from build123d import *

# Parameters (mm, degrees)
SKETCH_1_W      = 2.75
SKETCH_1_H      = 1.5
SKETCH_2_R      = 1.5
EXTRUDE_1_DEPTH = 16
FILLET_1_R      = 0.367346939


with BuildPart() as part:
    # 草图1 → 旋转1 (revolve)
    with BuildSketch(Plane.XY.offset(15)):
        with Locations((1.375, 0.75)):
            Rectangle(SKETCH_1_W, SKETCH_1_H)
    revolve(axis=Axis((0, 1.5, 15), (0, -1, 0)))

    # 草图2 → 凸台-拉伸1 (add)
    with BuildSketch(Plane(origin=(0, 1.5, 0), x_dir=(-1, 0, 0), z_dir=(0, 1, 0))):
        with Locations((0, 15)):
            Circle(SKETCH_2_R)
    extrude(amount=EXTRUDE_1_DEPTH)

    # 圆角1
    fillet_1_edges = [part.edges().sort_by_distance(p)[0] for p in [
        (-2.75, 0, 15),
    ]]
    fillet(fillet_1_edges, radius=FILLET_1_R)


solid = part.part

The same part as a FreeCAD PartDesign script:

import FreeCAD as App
import Part
import Sketcher
Q = App.Units.Quantity


def edges_at(feature, points):
    """Names of the edges that pass closest to the given points."""
    edges = feature.Shape.Edges
    near = lambda p: min(range(len(edges)), key=lambda i: edges[i].distToShape(Part.Vertex(*p))[0])
    return sorted({f"Edge{near(p) + 1}" for p in points})


def add_polygon(sketch, points):
    """Adds a closed chain of lines whose ends are joined by coincident constraints."""
    first, n = sketch.GeometryCount, len(points)
    for a, b in zip(points, points[1:] + points[:1]):
        sketch.addGeometry(Part.LineSegment(App.Vector(*a, 0), App.Vector(*b, 0)), False)
    for i in range(n):
        sketch.addConstraint(Sketcher.Constraint("Coincident", first + i, 2, first + (i + 1) % n, 1))

doc = App.newDocument("Part")
params = doc.addObject("Spreadsheet::Sheet", "Params")
for row, (alias, value) in enumerate([
    ("sketch1_height", "1.5 mm"),
    ("sketch1_width", "2.75 mm"),
    ("revolution_angle", "360 deg"),
    ("sketch2_diameter", "3 mm"),
    ("pad1_length", "16 mm"),
    ("fillet_radius", "0.367347 mm"),
], start=1):
    params.set(f"A{row}", alias)
    params.set(f"B{row}", "=" + value)
    params.setAlias(f"B{row}", alias)

body = doc.addObject("PartDesign::Body", "Body")

sketch1 = body.newObject("Sketcher::SketchObject", "Sketch")
sketch1.AttachmentSupport = (doc.getObject("XY_Plane"), [""])
sketch1.MapMode = "FlatFace"
sketch1.AttachmentOffset = App.Placement(App.Vector(0, 0, 15), App.Rotation())
add_polygon(sketch1, [(0, 1.5), (0, 0), (2.8, 0), (2.8, 1.5)])
sketch1.addConstraint(Sketcher.Constraint("Vertical", 0))
sketch1.addConstraint(Sketcher.Constraint("Horizontal", 1))
sketch1.addConstraint(Sketcher.Constraint("Vertical", 2))
sketch1.addConstraint(Sketcher.Constraint("Horizontal", 3))
sketch1.addConstraint(Sketcher.Constraint("Coincident", 0, 2, -1, 1))
sketch1.addConstraint(Sketcher.Constraint("DistanceY", 0, 2, 0, 1, Q("1.5 mm")))
sketch1.addConstraint(Sketcher.Constraint("DistanceX", 1, 1, 1, 2, Q("2.75 mm")))
sketch1.setExpression("Constraints[9]", "Params.sketch1_height")
sketch1.setExpression("Constraints[10]", "Params.sketch1_width")
revolution = body.newObject("PartDesign::Revolution", "Revolution")
revolution.Profile = sketch1
revolution.ReferenceAxis = (sketch1, ["V_Axis"])
revolution.setExpression("Angle", "Params.revolution_angle")

sketch2 = body.newObject("Sketcher::SketchObject", "Sketch001")
sketch2.AttachmentSupport = (doc.getObject("XZ_Plane"), [""])
sketch2.MapMode = "FlatFace"
sketch2.AttachmentOffset = App.Placement(App.Vector(0, 0, -1.5), App.Rotation())
sketch2.addGeometry(Part.Circle(App.Vector(0, 15, 0), App.Vector(0, 0, 1), 1.5), False)
sketch2.addConstraint(Sketcher.Constraint("PointOnObject", 0, 3, -2))
sketch2.addConstraint(Sketcher.Constraint("Diameter", 0, Q("3 mm")))
sketch2.addConstraint(Sketcher.Constraint("DistanceY", -1, 1, 0, 3, Q("15 mm")))
sketch2.setExpression("Constraints[1]", "Params.sketch2_diameter")
pad1 = body.newObject("PartDesign::Pad", "Pad")
pad1.Profile = sketch2
pad1.setExpression("Length", "Params.pad1_length")
pad1.Reversed = True
doc.recompute()

fillet = body.newObject("PartDesign::Fillet", "Fillet")
fillet.Base = (pad1, edges_at(pad1, [(-2.75, 0, 15)]))
fillet.setExpression("Radius", "Params.fillet_radius")

doc.recompute()
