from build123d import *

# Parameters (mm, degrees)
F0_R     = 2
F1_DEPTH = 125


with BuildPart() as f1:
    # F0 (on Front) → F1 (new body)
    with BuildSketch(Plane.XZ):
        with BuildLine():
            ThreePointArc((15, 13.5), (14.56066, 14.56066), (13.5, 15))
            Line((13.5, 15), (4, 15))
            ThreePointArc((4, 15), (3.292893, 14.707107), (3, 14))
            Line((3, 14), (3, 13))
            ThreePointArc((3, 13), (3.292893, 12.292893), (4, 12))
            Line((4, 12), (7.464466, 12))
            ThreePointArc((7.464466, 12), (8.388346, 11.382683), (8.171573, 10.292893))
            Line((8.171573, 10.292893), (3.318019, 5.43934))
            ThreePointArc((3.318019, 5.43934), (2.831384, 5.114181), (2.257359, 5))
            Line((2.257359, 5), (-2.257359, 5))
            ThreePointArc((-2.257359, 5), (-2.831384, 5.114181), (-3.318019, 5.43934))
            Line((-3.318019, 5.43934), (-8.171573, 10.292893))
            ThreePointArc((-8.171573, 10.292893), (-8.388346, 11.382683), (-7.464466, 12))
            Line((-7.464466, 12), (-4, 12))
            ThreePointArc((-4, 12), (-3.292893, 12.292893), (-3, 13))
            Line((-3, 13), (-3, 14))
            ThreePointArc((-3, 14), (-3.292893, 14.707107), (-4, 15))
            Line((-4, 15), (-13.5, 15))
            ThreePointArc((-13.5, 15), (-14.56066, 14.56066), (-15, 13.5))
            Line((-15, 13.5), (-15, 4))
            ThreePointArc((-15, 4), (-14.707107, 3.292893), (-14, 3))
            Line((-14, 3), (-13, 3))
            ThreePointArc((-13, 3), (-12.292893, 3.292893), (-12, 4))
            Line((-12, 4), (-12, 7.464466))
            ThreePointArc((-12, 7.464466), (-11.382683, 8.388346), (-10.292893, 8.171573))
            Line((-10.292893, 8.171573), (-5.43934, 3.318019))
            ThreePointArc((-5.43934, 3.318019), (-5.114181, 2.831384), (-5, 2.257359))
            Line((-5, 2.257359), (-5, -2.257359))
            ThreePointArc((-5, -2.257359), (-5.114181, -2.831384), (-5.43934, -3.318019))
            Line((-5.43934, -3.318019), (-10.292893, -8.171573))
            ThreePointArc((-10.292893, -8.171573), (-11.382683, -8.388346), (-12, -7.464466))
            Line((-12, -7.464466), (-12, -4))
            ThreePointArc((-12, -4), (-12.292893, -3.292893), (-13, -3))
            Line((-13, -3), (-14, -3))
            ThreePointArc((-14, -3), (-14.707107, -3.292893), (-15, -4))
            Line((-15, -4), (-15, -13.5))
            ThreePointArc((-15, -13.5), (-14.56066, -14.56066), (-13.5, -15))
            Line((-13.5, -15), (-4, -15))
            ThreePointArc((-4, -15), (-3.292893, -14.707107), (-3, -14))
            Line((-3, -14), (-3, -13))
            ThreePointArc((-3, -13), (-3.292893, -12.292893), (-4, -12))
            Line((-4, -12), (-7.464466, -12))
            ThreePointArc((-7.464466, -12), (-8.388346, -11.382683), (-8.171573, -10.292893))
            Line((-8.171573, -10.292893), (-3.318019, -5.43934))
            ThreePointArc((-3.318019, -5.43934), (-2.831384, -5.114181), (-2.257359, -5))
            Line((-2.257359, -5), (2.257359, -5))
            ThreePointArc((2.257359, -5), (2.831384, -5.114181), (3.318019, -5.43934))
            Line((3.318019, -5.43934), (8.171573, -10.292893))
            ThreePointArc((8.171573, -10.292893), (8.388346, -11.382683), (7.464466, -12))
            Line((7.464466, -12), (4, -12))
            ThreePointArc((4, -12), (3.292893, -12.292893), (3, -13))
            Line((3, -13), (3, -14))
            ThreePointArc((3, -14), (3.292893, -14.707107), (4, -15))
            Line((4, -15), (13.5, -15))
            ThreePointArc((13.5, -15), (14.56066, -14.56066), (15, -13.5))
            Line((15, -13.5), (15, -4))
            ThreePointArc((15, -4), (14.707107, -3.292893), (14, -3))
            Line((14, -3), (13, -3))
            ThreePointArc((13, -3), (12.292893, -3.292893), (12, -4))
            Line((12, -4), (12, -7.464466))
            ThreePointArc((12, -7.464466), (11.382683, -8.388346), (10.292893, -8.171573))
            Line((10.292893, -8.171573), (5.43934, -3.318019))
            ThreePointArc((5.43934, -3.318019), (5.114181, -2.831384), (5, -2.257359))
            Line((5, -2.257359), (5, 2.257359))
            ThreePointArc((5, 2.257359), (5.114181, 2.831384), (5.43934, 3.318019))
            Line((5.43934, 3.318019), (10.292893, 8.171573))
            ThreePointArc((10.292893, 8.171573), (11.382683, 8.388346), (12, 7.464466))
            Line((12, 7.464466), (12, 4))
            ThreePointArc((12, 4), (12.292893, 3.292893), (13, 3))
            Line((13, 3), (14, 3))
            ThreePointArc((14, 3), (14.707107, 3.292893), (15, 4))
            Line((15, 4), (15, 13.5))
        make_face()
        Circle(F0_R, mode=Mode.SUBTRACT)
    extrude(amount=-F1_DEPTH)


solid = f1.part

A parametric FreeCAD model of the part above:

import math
import FreeCAD as App
import Part
import Sketcher
from FreeCAD import Vector

doc = App.newDocument("Part")
body = doc.addObject("PartDesign::Body", "Body")

# Sketch on XZ plane
sketch1 = doc.addObject("Sketcher::SketchObject", "Sketch")
body.addObject(sketch1)
sketch1.AttachmentSupport = (doc.XZ_Plane, [""])
sketch1.MapMode = "FlatFace"
sketch1.addGeometry([
    Part.ArcOfCircle(Part.Circle(Vector(13.5, 13.5, 0), Vector(0, 0, 1), 1.5), math.radians(0), math.radians(90)),  # 0
    Part.LineSegment(Vector(13.5, 15, 0), Vector(4, 15, 0)),  # 1
    Part.ArcOfCircle(Part.Circle(Vector(4, 14, 0), Vector(0, 0, 1), 1), math.radians(90), math.radians(180)),  # 2
    Part.LineSegment(Vector(3, 14, 0), Vector(3, 13, 0)),  # 3
    Part.ArcOfCircle(Part.Circle(Vector(4, 13, 0), Vector(0, 0, 1), 1), math.radians(180), math.radians(270)),  # 4
    Part.LineSegment(Vector(4, 12, 0), Vector(7.5, 12, 0)),  # 5
    Part.ArcOfCircle(Part.Circle(Vector(7.5, 11, 0), Vector(0, 0, 1), 1), math.radians(-45), math.radians(90)),  # 6
    Part.LineSegment(Vector(8.2, 10.3, 0), Vector(3.3, 5.4, 0)),  # 7
    Part.ArcOfCircle(Part.Circle(Vector(2.3, 6.5, 0), Vector(0, 0, 1), 1.5), math.radians(-90), math.radians(-45)),  # 8
    Part.LineSegment(Vector(2.3, 5, 0), Vector(-2.3, 5, 0)),  # 9
    Part.ArcOfCircle(Part.Circle(Vector(-2.3, 6.5, 0), Vector(0, 0, 1), 1.5), math.radians(-135), math.radians(-90)),  # 10
    Part.LineSegment(Vector(-3.3, 5.4, 0), Vector(-8.2, 10.3, 0)),  # 11
    Part.ArcOfCircle(Part.Circle(Vector(-7.5, 11, 0), Vector(0, 0, 1), 1), math.radians(90), math.radians(225)),  # 12
    Part.LineSegment(Vector(-7.5, 12, 0), Vector(-4, 12, 0)),  # 13
    Part.ArcOfCircle(Part.Circle(Vector(-4, 13, 0), Vector(0, 0, 1), 1), math.radians(-90), math.radians(0)),  # 14
    Part.LineSegment(Vector(-3, 13, 0), Vector(-3, 14, 0)),  # 15
    Part.ArcOfCircle(Part.Circle(Vector(-4, 14, 0), Vector(0, 0, 1), 1), math.radians(0), math.radians(90)),  # 16
    Part.LineSegment(Vector(-4, 15, 0), Vector(-13.5, 15, 0)),  # 17
    Part.ArcOfCircle(Part.Circle(Vector(-13.5, 13.5, 0), Vector(0, 0, 1), 1.5), math.radians(90), math.radians(180)),  # 18
    Part.LineSegment(Vector(-15, 13.5, 0), Vector(-15, 4, 0)),  # 19
    Part.ArcOfCircle(Part.Circle(Vector(-14, 4, 0), Vector(0, 0, 1), 1), math.radians(180), math.radians(270)),  # 20
    Part.LineSegment(Vector(-14, 3, 0), Vector(-13, 3, 0)),  # 21
    Part.ArcOfCircle(Part.Circle(Vector(-13, 4, 0), Vector(0, 0, 1), 1), math.radians(-90), math.radians(0)),  # 22
    Part.LineSegment(Vector(-12, 4, 0), Vector(-12, 7.5, 0)),  # 23
    Part.ArcOfCircle(Part.Circle(Vector(-11, 7.5, 0), Vector(0, 0, 1), 1), math.radians(45), math.radians(180)),  # 24
    Part.LineSegment(Vector(-10.3, 8.2, 0), Vector(-5.4, 3.3, 0)),  # 25
    Part.ArcOfCircle(Part.Circle(Vector(-6.5, 2.3, 0), Vector(0, 0, 1), 1.5), math.radians(0), math.radians(45)),  # 26
    Part.LineSegment(Vector(-5, 2.3, 0), Vector(-5, -2.3, 0)),  # 27
    Part.ArcOfCircle(Part.Circle(Vector(-6.5, -2.3, 0), Vector(0, 0, 1), 1.5), math.radians(-45), math.radians(0)),  # 28
    Part.LineSegment(Vector(-5.4, -3.3, 0), Vector(-10.3, -8.2, 0)),  # 29
    Part.ArcOfCircle(Part.Circle(Vector(-11, -7.5, 0), Vector(0, 0, 1), 1), math.radians(180), math.radians(315)),  # 30
    Part.LineSegment(Vector(-12, -7.5, 0), Vector(-12, -4, 0)),  # 31
    Part.ArcOfCircle(Part.Circle(Vector(-13, -4, 0), Vector(0, 0, 1), 1), math.radians(0), math.radians(90)),  # 32
    Part.LineSegment(Vector(-13, -3, 0), Vector(-14, -3, 0)),  # 33
    Part.ArcOfCircle(Part.Circle(Vector(-14, -4, 0), Vector(0, 0, 1), 1), math.radians(90), math.radians(180)),  # 34
    Part.LineSegment(Vector(-15, -4, 0), Vector(-15, -13.5, 0)),  # 35
    Part.ArcOfCircle(Part.Circle(Vector(-13.5, -13.5, 0), Vector(0, 0, 1), 1.5), math.radians(-180), math.radians(-90)),  # 36
    Part.LineSegment(Vector(-13.5, -15, 0), Vector(-4, -15, 0)),  # 37
    Part.ArcOfCircle(Part.Circle(Vector(-4, -14, 0), Vector(0, 0, 1), 1), math.radians(-90), math.radians(0)),  # 38
    Part.LineSegment(Vector(-3, -14, 0), Vector(-3, -13, 0)),  # 39
    Part.ArcOfCircle(Part.Circle(Vector(-4, -13, 0), Vector(0, 0, 1), 1), math.radians(0), math.radians(90)),  # 40
    Part.LineSegment(Vector(-4, -12, 0), Vector(-7.5, -12, 0)),  # 41
    Part.ArcOfCircle(Part.Circle(Vector(-7.5, -11, 0), Vector(0, 0, 1), 1), math.radians(135), math.radians(270)),  # 42
    Part.LineSegment(Vector(-8.2, -10.3, 0), Vector(-3.3, -5.4, 0)),  # 43
    Part.ArcOfCircle(Part.Circle(Vector(-2.3, -6.5, 0), Vector(0, 0, 1), 1.5), math.radians(90), math.radians(135)),  # 44
    Part.LineSegment(Vector(-2.3, -5, 0), Vector(2.3, -5, 0)),  # 45
    Part.ArcOfCircle(Part.Circle(Vector(2.3, -6.5, 0), Vector(0, 0, 1), 1.5), math.radians(45), math.radians(90)),  # 46
    Part.LineSegment(Vector(3.3, -5.4, 0), Vector(8.2, -10.3, 0)),  # 47
    Part.ArcOfCircle(Part.Circle(Vector(7.5, -11, 0), Vector(0, 0, 1), 1), math.radians(-90), math.radians(45)),  # 48
    Part.LineSegment(Vector(7.5, -12, 0), Vector(4, -12, 0)),  # 49
    Part.ArcOfCircle(Part.Circle(Vector(4, -13, 0), Vector(0, 0, 1), 1), math.radians(90), math.radians(180)),  # 50
    Part.LineSegment(Vector(3, -13, 0), Vector(3, -14, 0)),  # 51
    Part.ArcOfCircle(Part.Circle(Vector(4, -14, 0), Vector(0, 0, 1), 1), math.radians(180), math.radians(270)),  # 52
    Part.LineSegment(Vector(4, -15, 0), Vector(13.5, -15, 0)),  # 53
    Part.ArcOfCircle(Part.Circle(Vector(13.5, -13.5, 0), Vector(0, 0, 1), 1.5), math.radians(-90), math.radians(0)),  # 54
    Part.LineSegment(Vector(15, -13.5, 0), Vector(15, -4, 0)),  # 55
    Part.ArcOfCircle(Part.Circle(Vector(14, -4, 0), Vector(0, 0, 1), 1), math.radians(0), math.radians(90)),  # 56
    Part.LineSegment(Vector(14, -3, 0), Vector(13, -3, 0)),  # 57
    Part.ArcOfCircle(Part.Circle(Vector(13, -4, 0), Vector(0, 0, 1), 1), math.radians(90), math.radians(180)),  # 58
    Part.LineSegment(Vector(12, -4, 0), Vector(12, -7.5, 0)),  # 59
    Part.ArcOfCircle(Part.Circle(Vector(11, -7.5, 0), Vector(0, 0, 1), 1), math.radians(-135), math.radians(0)),  # 60
    Part.LineSegment(Vector(10.3, -8.2, 0), Vector(5.4, -3.3, 0)),  # 61
    Part.ArcOfCircle(Part.Circle(Vector(6.5, -2.3, 0), Vector(0, 0, 1), 1.5), math.radians(-180), math.radians(-135)),  # 62
    Part.LineSegment(Vector(5, -2.3, 0), Vector(5, 2.3, 0)),  # 63
    Part.ArcOfCircle(Part.Circle(Vector(6.5, 2.3, 0), Vector(0, 0, 1), 1.5), math.radians(135), math.radians(180)),  # 64
    Part.LineSegment(Vector(5.4, 3.3, 0), Vector(10.3, 8.2, 0)),  # 65
    Part.ArcOfCircle(Part.Circle(Vector(11, 7.5, 0), Vector(0, 0, 1), 1), math.radians(0), math.radians(135)),  # 66
    Part.LineSegment(Vector(12, 7.5, 0), Vector(12, 4, 0)),  # 67
    Part.ArcOfCircle(Part.Circle(Vector(13, 4, 0), Vector(0, 0, 1), 1), math.radians(180), math.radians(270)),  # 68
    Part.LineSegment(Vector(13, 3, 0), Vector(14, 3, 0)),  # 69
    Part.ArcOfCircle(Part.Circle(Vector(14, 4, 0), Vector(0, 0, 1), 1), math.radians(-90), math.radians(0)),  # 70
    Part.LineSegment(Vector(15, 4, 0), Vector(15, 13.5, 0)),  # 71
    Part.Circle(Vector(0, 0, 0), Vector(0, 0, 1), 2),  # 72
], False)
sketch1.addConstraint([
    Sketcher.Constraint("Tangent", 0, 2, 1, 1),
    Sketcher.Constraint("Tangent", 1, 2, 2, 1),
    Sketcher.Constraint("Tangent", 2, 2, 3, 1),
    Sketcher.Constraint("Tangent", 3, 2, 4, 1),
    Sketcher.Constraint("Tangent", 4, 2, 5, 1),
    Sketcher.Constraint("Tangent", 5, 2, 6, 2),
    Sketcher.Constraint("Tangent", 6, 1, 7, 1),
    Sketcher.Constraint("Tangent", 7, 2, 8, 2),
    Sketcher.Constraint("Tangent", 8, 1, 9, 1),
    Sketcher.Constraint("Tangent", 9, 2, 10, 2),
    Sketcher.Constraint("Tangent", 10, 1, 11, 1),
    Sketcher.Constraint("Tangent", 11, 2, 12, 2),
    Sketcher.Constraint("Tangent", 12, 1, 13, 1),
    Sketcher.Constraint("Tangent", 13, 2, 14, 1),
    Sketcher.Constraint("Tangent", 14, 2, 15, 1),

Task brief: Look through the data above and return exactly the lines from the one that contains "5.114181), (2.257359, 5))" to the one that contains "Line((-15, 13.5), (-15, 4))", inclusive, with nothing else.

Answer to the exercise:
            ThreePointArc((3.318019, 5.43934), (2.831384, 5.114181), (2.257359, 5))
            Line((2.257359, 5), (-2.257359, 5))
            ThreePointArc((-2.257359, 5), (-2.831384, 5.114181), (-3.318019, 5.43934))
            Line((-3.318019, 5.43934), (-8.171573, 10.292893))
            ThreePointArc((-8.171573, 10.292893), (-8.388346, 11.382683), (-7.464466, 12))
            Line((-7.464466, 12), (-4, 12))
            ThreePointArc((-4, 12), (-3.292893, 12.292893), (-3, 13))
            Line((-3, 13), (-3, 14))
            ThreePointArc((-3, 14), (-3.292893, 14.707107), (-4, 15))
            Line((-4, 15), (-13.5, 15))
            ThreePointArc((-13.5, 15), (-14.56066, 14.56066), (-15, 13.5))
            Line((-15, 13.5), (-15, 4))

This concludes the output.